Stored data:
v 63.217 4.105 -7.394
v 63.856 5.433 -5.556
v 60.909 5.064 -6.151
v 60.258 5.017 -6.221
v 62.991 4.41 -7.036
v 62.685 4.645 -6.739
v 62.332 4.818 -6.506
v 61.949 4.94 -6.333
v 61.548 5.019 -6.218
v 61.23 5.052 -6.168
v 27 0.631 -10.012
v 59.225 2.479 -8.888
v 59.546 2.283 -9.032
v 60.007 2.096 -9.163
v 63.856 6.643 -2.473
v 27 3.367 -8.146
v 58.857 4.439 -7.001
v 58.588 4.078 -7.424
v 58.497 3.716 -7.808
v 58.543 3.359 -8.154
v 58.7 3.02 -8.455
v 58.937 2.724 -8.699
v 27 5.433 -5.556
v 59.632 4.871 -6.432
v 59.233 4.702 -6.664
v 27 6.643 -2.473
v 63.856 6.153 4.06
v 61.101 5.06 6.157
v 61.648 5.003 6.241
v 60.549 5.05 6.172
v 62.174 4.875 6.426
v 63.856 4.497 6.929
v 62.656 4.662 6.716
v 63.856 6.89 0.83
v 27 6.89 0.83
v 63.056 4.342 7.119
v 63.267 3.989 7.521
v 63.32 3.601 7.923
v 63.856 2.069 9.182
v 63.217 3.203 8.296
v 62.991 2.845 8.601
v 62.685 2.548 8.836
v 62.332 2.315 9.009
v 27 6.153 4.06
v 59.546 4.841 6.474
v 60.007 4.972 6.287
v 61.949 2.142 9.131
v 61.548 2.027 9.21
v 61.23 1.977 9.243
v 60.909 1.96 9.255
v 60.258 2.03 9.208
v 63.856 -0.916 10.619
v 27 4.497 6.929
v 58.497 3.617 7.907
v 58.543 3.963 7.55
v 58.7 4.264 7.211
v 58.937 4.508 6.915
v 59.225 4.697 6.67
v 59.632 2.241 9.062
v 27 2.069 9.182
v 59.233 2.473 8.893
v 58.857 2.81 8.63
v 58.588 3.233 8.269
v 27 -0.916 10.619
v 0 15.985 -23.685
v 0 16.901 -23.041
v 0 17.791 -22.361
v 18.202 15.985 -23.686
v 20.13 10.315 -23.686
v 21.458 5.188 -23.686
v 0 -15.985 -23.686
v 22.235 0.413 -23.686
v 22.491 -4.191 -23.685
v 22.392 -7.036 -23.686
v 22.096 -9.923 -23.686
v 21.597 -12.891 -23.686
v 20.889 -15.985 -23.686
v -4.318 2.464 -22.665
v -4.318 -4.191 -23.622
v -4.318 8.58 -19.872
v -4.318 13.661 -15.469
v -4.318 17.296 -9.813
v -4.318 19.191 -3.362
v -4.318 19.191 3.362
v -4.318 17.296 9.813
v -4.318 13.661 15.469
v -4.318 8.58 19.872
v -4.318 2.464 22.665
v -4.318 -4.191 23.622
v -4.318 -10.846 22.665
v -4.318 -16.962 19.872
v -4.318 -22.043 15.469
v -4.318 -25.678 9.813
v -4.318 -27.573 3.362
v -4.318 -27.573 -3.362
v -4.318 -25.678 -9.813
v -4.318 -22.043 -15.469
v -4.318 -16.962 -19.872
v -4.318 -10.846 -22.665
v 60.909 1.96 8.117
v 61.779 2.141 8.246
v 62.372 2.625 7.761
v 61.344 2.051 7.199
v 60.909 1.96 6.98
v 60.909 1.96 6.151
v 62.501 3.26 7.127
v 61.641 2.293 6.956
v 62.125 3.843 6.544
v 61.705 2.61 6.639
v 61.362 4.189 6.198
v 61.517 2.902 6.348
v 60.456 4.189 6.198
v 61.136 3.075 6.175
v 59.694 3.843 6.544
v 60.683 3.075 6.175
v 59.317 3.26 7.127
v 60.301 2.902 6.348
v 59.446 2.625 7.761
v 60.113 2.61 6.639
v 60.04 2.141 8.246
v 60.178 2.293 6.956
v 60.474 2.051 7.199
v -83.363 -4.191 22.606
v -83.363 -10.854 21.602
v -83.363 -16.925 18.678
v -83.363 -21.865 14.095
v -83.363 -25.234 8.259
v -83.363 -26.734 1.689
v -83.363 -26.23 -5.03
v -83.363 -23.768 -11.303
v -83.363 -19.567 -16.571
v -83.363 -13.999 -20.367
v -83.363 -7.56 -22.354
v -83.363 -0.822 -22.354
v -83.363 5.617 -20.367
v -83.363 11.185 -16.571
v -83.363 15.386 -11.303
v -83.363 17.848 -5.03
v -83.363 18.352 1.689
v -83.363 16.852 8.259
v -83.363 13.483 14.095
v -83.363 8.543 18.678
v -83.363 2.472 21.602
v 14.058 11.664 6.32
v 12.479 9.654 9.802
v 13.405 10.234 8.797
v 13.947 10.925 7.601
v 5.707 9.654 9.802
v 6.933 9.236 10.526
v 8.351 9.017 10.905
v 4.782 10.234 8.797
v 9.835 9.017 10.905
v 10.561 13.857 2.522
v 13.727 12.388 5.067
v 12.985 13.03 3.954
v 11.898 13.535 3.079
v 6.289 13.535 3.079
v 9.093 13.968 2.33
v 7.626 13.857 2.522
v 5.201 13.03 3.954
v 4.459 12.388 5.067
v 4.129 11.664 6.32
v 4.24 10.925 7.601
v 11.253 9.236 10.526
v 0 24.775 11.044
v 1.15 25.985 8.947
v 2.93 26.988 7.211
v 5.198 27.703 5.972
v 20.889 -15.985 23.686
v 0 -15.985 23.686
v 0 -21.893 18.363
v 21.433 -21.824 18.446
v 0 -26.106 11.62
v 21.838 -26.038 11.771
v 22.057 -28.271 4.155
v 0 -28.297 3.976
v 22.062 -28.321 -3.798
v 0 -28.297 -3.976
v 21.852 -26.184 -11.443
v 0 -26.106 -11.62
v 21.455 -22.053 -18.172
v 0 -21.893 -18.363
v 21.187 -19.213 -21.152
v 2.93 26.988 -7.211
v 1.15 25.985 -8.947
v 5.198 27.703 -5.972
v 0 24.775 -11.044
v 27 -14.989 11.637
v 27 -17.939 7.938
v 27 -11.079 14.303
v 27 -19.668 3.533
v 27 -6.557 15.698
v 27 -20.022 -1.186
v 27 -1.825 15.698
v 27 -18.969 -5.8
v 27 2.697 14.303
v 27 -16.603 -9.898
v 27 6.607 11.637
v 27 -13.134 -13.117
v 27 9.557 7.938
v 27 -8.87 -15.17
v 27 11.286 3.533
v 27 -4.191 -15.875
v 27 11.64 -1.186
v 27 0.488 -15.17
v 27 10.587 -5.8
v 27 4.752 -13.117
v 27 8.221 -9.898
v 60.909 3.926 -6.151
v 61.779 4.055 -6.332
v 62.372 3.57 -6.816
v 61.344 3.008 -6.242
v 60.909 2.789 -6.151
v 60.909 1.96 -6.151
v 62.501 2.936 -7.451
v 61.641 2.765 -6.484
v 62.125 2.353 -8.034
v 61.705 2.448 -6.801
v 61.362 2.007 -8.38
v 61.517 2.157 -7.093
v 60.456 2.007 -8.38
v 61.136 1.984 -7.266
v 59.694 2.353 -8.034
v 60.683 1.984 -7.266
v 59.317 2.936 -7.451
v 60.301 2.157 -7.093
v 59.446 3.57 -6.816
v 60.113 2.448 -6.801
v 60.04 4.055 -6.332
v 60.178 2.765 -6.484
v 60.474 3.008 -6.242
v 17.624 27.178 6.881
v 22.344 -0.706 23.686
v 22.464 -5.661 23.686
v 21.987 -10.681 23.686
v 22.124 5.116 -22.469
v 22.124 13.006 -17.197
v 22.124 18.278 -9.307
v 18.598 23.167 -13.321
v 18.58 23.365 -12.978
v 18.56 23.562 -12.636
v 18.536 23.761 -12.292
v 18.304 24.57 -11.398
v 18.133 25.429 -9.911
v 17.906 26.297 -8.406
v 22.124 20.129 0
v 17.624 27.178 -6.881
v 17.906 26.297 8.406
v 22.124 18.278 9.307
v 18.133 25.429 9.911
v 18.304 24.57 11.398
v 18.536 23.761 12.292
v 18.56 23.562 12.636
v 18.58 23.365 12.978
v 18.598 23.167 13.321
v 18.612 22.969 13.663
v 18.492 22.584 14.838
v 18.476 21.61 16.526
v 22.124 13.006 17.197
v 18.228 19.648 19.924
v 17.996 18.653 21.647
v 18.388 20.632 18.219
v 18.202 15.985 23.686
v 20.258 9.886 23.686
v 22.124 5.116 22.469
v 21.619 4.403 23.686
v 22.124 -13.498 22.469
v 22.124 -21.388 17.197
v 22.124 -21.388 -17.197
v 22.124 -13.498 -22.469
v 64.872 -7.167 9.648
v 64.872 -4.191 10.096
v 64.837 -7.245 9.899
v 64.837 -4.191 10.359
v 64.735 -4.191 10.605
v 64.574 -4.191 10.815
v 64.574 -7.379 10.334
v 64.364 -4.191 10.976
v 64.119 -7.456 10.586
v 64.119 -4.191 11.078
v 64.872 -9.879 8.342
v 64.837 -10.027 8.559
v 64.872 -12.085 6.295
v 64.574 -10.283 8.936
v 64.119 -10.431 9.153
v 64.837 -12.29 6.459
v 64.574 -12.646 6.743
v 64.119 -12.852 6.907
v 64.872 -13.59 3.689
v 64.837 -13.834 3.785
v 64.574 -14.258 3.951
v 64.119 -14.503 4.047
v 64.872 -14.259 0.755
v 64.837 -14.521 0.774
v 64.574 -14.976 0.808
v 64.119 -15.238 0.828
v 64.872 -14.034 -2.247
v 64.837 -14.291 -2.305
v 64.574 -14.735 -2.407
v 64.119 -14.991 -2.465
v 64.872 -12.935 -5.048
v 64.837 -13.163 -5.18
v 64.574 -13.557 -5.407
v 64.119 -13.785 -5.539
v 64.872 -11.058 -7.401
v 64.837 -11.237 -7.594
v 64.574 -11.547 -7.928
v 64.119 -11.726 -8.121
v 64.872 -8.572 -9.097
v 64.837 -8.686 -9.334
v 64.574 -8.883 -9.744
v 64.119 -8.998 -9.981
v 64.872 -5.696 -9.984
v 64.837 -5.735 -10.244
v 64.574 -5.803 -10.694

_TASK DESCRIPTION_: Would you please repeat exactly the lines above, starting at the line with "v -83.363 18.352 1.689" and stopping at the line with "v 11.898 13.535 3.079", both included?

_SOLUTION FOR THIS PROBLEM_:
v -83.363 18.352 1.689
v -83.363 16.852 8.259
v -83.363 13.483 14.095
v -83.363 8.543 18.678
v -83.363 2.472 21.602
v 14.058 11.664 6.32
v 12.479 9.654 9.802
v 13.405 10.234 8.797
v 13.947 10.925 7.601
v 5.707 9.654 9.802
v 6.933 9.236 10.526
v 8.351 9.017 10.905
v 4.782 10.234 8.797
v 9.835 9.017 10.905
v 10.561 13.857 2.522
v 13.727 12.388 5.067
v 12.985 13.03 3.954
v 11.898 13.535 3.079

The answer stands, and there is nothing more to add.